Extracted records
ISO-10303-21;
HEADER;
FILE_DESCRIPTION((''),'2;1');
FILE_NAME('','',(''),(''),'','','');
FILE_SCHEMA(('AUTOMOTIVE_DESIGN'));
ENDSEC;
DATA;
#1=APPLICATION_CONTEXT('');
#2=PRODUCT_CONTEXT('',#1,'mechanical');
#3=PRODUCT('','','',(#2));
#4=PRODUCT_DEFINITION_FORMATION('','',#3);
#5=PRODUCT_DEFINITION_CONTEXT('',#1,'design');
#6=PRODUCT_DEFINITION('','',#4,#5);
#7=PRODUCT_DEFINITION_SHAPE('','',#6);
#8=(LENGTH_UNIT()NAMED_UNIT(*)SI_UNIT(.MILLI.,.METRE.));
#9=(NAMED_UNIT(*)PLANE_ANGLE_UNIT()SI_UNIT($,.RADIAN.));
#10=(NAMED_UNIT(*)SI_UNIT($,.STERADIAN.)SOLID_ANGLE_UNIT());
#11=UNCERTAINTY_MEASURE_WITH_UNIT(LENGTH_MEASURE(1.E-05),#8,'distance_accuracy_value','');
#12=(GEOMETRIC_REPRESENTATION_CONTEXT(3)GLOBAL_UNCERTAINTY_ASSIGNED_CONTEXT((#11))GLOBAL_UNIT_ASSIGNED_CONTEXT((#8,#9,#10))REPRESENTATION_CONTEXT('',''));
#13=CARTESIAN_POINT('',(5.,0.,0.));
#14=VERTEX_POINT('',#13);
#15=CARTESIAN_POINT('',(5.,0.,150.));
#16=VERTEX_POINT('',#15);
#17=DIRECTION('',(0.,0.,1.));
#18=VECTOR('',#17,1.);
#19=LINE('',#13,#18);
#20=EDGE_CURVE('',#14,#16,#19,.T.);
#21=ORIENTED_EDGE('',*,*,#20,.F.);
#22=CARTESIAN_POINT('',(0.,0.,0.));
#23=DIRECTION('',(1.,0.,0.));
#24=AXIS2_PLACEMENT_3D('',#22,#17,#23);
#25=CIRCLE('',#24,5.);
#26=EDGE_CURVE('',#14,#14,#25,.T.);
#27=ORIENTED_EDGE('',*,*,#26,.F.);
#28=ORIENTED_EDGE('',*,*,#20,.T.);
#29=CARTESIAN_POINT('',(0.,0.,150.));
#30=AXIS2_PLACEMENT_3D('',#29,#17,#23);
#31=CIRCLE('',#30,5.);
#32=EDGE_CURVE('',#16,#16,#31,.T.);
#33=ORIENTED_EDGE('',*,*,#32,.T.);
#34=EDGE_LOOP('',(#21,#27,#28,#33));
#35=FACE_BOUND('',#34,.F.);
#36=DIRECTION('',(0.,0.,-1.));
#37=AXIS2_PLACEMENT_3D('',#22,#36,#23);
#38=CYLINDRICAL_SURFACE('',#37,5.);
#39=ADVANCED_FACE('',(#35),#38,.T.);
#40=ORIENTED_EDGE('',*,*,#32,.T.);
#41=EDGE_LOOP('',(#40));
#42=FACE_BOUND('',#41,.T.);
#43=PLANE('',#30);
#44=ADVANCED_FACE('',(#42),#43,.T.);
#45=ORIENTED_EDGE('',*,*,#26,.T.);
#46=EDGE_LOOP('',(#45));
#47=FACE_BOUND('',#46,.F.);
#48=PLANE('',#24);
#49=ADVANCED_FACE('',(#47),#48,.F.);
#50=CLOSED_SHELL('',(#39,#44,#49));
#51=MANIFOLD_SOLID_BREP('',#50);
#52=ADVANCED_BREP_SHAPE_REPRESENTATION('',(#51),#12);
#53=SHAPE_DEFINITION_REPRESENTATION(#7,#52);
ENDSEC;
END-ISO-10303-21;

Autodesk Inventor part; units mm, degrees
ref_plane "YZ Plane" through (0, 0, 0) normal (1, 0, 0) x (0, 1, 0)
ref_plane "XZ Plane" through (0, 0, 0) normal (0, 1, 0) x (-1, 0, 0)
ref_plane "XY Plane" through (0, 0, 0) normal (0, 0, 1) x (1, 0, 0)
sketch "草图1" plane through (0, 0, 0) normal (0, 0, 1) x (1, 0, 0)
  circle A0 centre (0, 0) radius 5
  dimension "轴径" = 10
extrude "拉伸1" add sketch "草图1" along normal blind 150
properties part number "轴" material "木材(桦木)"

### EXERCISE DIRECTIONS
Each entry should be written out again exactly, with no word left out.

### REPLY TO THE EXERCISE
ISO-10303-21;
HEADER;
FILE_DESCRIPTION((''),'2;1');
FILE_NAME('','',(''),(''),'','','');
FILE_SCHEMA(('AUTOMOTIVE_DESIGN'));
ENDSEC;
DATA;
#1=APPLICATION_CONTEXT('');
#2=PRODUCT_CONTEXT('',#1,'mechanical');
#3=PRODUCT('','','',(#2));
#4=PRODUCT_DEFINITION_FORMATION('','',#3);
#5=PRODUCT_DEFINITION_CONTEXT('',#1,'design');
#6=PRODUCT_DEFINITION('','',#4,#5);
#7=PRODUCT_DEFINITION_SHAPE('','',#6);
#8=(LENGTH_UNIT()NAMED_UNIT(*)SI_UNIT(.MILLI.,.METRE.));
#9=(NAMED_UNIT(*)PLANE_ANGLE_UNIT()SI_UNIT($,.RADIAN.));
#10=(NAMED_UNIT(*)SI_UNIT($,.STERADIAN.)SOLID_ANGLE_UNIT());
#11=UNCERTAINTY_MEASURE_WITH_UNIT(LENGTH_MEASURE(1.E-05),#8,'distance_accuracy_value','');
#12=(GEOMETRIC_REPRESENTATION_CONTEXT(3)GLOBAL_UNCERTAINTY_ASSIGNED_CONTEXT((#11))GLOBAL_UNIT_ASSIGNED_CONTEXT((#8,#9,#10))REPRESENTATION_CONTEXT('',''));
#13=CARTESIAN_POINT('',(5.,0.,0.));
#14=VERTEX_POINT('',#13);
#15=CARTESIAN_POINT('',(5.,0.,150.));
#16=VERTEX_POINT('',#15);
#17=DIRECTION('',(0.,0.,1.));
#18=VECTOR('',#17,1.);
#19=LINE('',#13,#18);
#20=EDGE_CURVE('',#14,#16,#19,.T.);
#21=ORIENTED_EDGE('',*,*,#20,.F.);
#22=CARTESIAN_POINT('',(0.,0.,0.));
#23=DIRECTION('',(1.,0.,0.));
#24=AXIS2_PLACEMENT_3D('',#22,#17,#23);
#25=CIRCLE('',#24,5.);
#26=EDGE_CURVE('',#14,#14,#25,.T.);
#27=ORIENTED_EDGE('',*,*,#26,.F.);
#28=ORIENTED_EDGE('',*,*,#20,.T.);
#29=CARTESIAN_POINT('',(0.,0.,150.));
#30=AXIS2_PLACEMENT_3D('',#29,#17,#23);
#31=CIRCLE('',#30,5.);
#32=EDGE_CURVE('',#16,#16,#31,.T.);
#33=ORIENTED_EDGE('',*,*,#32,.T.);
#34=EDGE_LOOP('',(#21,#27,#28,#33));
#35=FACE_BOUND('',#34,.F.);
#36=DIRECTION('',(0.,0.,-1.));
#37=AXIS2_PLACEMENT_3D('',#22,#36,#23);
#38=CYLINDRICAL_SURFACE('',#37,5.);
#39=ADVANCED_FACE('',(#35),#38,.T.);
#40=ORIENTED_EDGE('',*,*,#32,.T.);
#41=EDGE_LOOP('',(#40));
#42=FACE_BOUND('',#41,.T.);
#43=PLANE('',#30);
#44=ADVANCED_FACE('',(#42),#43,.T.);
#45=ORIENTED_EDGE('',*,*,#26,.T.);
#46=EDGE_LOOP('',(#45));
#47=FACE_BOUND('',#46,.F.);
#48=PLANE('',#24);
#49=ADVANCED_FACE('',(#47),#48,.F.);
#50=CLOSED_SHELL('',(#39,#44,#49));
#51=MANIFOLD_SOLID_BREP('',#50);
#52=ADVANCED_BREP_SHAPE_REPRESENTATION('',(#51),#12);
#53=SHAPE_DEFINITION_REPRESENTATION(#7,#52);
ENDSEC;
END-ISO-10303-21;

Autodesk Inventor part; units mm, degrees
ref_plane "YZ Plane" through (0, 0, 0) normal (1, 0, 0) x (0, 1, 0)
ref_plane "XZ Plane" through (0, 0, 0) normal (0, 1, 0) x (-1, 0, 0)
ref_plane "XY Plane" through (0, 0, 0) normal (0, 0, 1) x (1, 0, 0)
sketch "草图1" plane through (0, 0, 0) normal (0, 0, 1) x (1, 0, 0)
  circle A0 centre (0, 0) radius 5
  dimension "轴径" = 10
extrude "拉伸1" add sketch "草图1" along normal blind 150
properties part number "轴" material "木材(桦木)"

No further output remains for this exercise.